# [Task to complete]
Look below for the line containing "v -127 292.1 177.8"; from there, print each line exactly up to and including the line containing "v -127 215.9 0", and stop.

# [Given data]
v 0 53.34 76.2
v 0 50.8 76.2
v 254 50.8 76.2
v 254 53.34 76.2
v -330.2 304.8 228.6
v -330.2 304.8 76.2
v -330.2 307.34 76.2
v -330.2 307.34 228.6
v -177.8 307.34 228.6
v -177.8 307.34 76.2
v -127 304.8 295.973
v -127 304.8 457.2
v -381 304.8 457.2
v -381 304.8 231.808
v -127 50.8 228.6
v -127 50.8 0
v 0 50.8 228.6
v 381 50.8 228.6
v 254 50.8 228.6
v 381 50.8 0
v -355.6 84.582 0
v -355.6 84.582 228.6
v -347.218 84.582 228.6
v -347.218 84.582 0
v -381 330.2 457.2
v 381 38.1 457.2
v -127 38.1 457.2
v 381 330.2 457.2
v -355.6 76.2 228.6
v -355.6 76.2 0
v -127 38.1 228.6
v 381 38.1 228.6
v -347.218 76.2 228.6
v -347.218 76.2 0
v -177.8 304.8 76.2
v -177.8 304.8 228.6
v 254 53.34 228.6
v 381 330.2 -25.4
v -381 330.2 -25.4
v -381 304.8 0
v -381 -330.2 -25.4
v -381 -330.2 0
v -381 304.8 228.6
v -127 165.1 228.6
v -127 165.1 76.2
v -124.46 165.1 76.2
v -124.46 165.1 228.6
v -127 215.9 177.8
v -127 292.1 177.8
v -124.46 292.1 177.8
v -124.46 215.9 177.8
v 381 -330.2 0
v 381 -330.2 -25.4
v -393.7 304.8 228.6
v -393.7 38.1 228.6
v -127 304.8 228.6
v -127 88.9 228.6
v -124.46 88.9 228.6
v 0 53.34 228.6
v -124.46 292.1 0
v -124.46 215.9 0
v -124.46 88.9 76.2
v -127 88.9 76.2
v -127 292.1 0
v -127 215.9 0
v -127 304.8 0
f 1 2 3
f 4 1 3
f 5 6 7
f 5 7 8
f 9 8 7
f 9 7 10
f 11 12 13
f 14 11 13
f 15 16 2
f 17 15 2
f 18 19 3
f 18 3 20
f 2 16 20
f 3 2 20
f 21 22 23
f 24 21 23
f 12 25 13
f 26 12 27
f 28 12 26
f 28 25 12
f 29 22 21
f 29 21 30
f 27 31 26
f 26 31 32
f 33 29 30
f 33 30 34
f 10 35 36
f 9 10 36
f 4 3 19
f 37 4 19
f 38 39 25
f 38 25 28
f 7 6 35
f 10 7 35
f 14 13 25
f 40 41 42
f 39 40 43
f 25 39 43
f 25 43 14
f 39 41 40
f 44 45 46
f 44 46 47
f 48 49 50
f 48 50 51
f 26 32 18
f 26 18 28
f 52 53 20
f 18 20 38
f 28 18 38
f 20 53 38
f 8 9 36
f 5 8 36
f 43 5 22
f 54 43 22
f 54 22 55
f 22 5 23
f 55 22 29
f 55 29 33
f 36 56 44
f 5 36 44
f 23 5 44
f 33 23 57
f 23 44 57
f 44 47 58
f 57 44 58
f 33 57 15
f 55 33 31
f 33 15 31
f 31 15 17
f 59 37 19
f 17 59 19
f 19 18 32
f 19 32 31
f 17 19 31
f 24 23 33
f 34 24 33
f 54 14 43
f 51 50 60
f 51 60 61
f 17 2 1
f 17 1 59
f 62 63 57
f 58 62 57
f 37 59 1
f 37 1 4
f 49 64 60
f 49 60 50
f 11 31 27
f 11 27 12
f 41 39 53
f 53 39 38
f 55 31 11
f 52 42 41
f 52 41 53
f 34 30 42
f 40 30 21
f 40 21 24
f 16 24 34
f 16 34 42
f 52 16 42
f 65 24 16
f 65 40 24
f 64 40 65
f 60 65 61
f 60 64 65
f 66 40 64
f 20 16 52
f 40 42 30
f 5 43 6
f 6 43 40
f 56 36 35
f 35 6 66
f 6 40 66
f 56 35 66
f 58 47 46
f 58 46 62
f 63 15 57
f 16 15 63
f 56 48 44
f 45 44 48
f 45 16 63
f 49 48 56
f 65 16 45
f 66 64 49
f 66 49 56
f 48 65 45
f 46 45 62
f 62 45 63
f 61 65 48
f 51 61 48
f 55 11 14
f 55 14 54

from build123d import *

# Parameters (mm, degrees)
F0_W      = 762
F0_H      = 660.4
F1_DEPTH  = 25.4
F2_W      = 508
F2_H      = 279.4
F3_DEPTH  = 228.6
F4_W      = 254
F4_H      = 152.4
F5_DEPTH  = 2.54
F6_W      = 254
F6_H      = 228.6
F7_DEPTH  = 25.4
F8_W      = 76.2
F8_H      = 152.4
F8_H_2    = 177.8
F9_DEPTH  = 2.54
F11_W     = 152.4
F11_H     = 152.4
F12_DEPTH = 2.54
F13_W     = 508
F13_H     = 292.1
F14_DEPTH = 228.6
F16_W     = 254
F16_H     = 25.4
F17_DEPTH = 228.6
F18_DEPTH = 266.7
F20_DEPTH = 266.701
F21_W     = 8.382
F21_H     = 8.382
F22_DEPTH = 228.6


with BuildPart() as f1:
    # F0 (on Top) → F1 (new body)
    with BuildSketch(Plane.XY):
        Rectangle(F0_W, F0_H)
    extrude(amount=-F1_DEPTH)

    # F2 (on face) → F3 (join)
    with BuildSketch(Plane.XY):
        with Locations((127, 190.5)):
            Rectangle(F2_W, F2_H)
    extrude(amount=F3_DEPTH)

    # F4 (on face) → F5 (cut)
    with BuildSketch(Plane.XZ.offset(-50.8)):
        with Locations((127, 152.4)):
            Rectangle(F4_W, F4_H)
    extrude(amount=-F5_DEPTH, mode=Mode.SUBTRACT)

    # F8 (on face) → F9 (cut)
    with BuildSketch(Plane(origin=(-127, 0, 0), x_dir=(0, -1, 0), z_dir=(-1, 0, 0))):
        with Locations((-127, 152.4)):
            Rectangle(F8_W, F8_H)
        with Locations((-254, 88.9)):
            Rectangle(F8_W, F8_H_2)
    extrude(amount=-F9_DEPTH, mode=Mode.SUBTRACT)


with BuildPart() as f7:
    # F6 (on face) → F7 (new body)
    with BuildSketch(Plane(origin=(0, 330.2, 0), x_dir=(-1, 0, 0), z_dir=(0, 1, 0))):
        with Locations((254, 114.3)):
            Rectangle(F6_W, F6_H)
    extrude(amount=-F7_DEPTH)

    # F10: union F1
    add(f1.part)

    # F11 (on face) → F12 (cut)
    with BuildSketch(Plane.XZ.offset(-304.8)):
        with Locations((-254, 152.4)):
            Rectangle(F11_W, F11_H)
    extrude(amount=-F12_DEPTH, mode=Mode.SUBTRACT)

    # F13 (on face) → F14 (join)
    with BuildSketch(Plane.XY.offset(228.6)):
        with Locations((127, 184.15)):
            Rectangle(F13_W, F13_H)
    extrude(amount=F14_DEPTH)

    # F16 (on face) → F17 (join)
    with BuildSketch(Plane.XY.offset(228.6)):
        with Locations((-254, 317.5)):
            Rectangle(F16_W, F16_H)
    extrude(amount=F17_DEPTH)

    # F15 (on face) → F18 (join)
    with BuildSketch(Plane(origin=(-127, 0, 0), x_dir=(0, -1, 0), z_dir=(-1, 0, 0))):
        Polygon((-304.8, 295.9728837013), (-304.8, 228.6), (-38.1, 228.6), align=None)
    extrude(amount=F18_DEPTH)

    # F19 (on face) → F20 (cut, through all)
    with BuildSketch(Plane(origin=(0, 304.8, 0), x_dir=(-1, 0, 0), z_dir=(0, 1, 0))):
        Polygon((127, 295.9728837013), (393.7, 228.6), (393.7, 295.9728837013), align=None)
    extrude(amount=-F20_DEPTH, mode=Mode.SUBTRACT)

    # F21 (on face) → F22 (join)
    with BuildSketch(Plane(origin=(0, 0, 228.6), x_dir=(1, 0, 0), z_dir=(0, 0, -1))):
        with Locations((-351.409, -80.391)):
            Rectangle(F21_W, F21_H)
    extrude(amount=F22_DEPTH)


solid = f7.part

# [Solved exercise]
v -127 292.1 177.8
v -124.46 292.1 177.8
v -124.46 215.9 177.8
v 381 -330.2 0
v 381 -330.2 -25.4
v -393.7 304.8 228.6
v -393.7 38.1 228.6
v -127 304.8 228.6
v -127 88.9 228.6
v -124.46 88.9 228.6
v 0 53.34 228.6
v -124.46 292.1 0
v -124.46 215.9 0
v -124.46 88.9 76.2
v -127 88.9 76.2
v -127 292.1 0
v -127 215.9 0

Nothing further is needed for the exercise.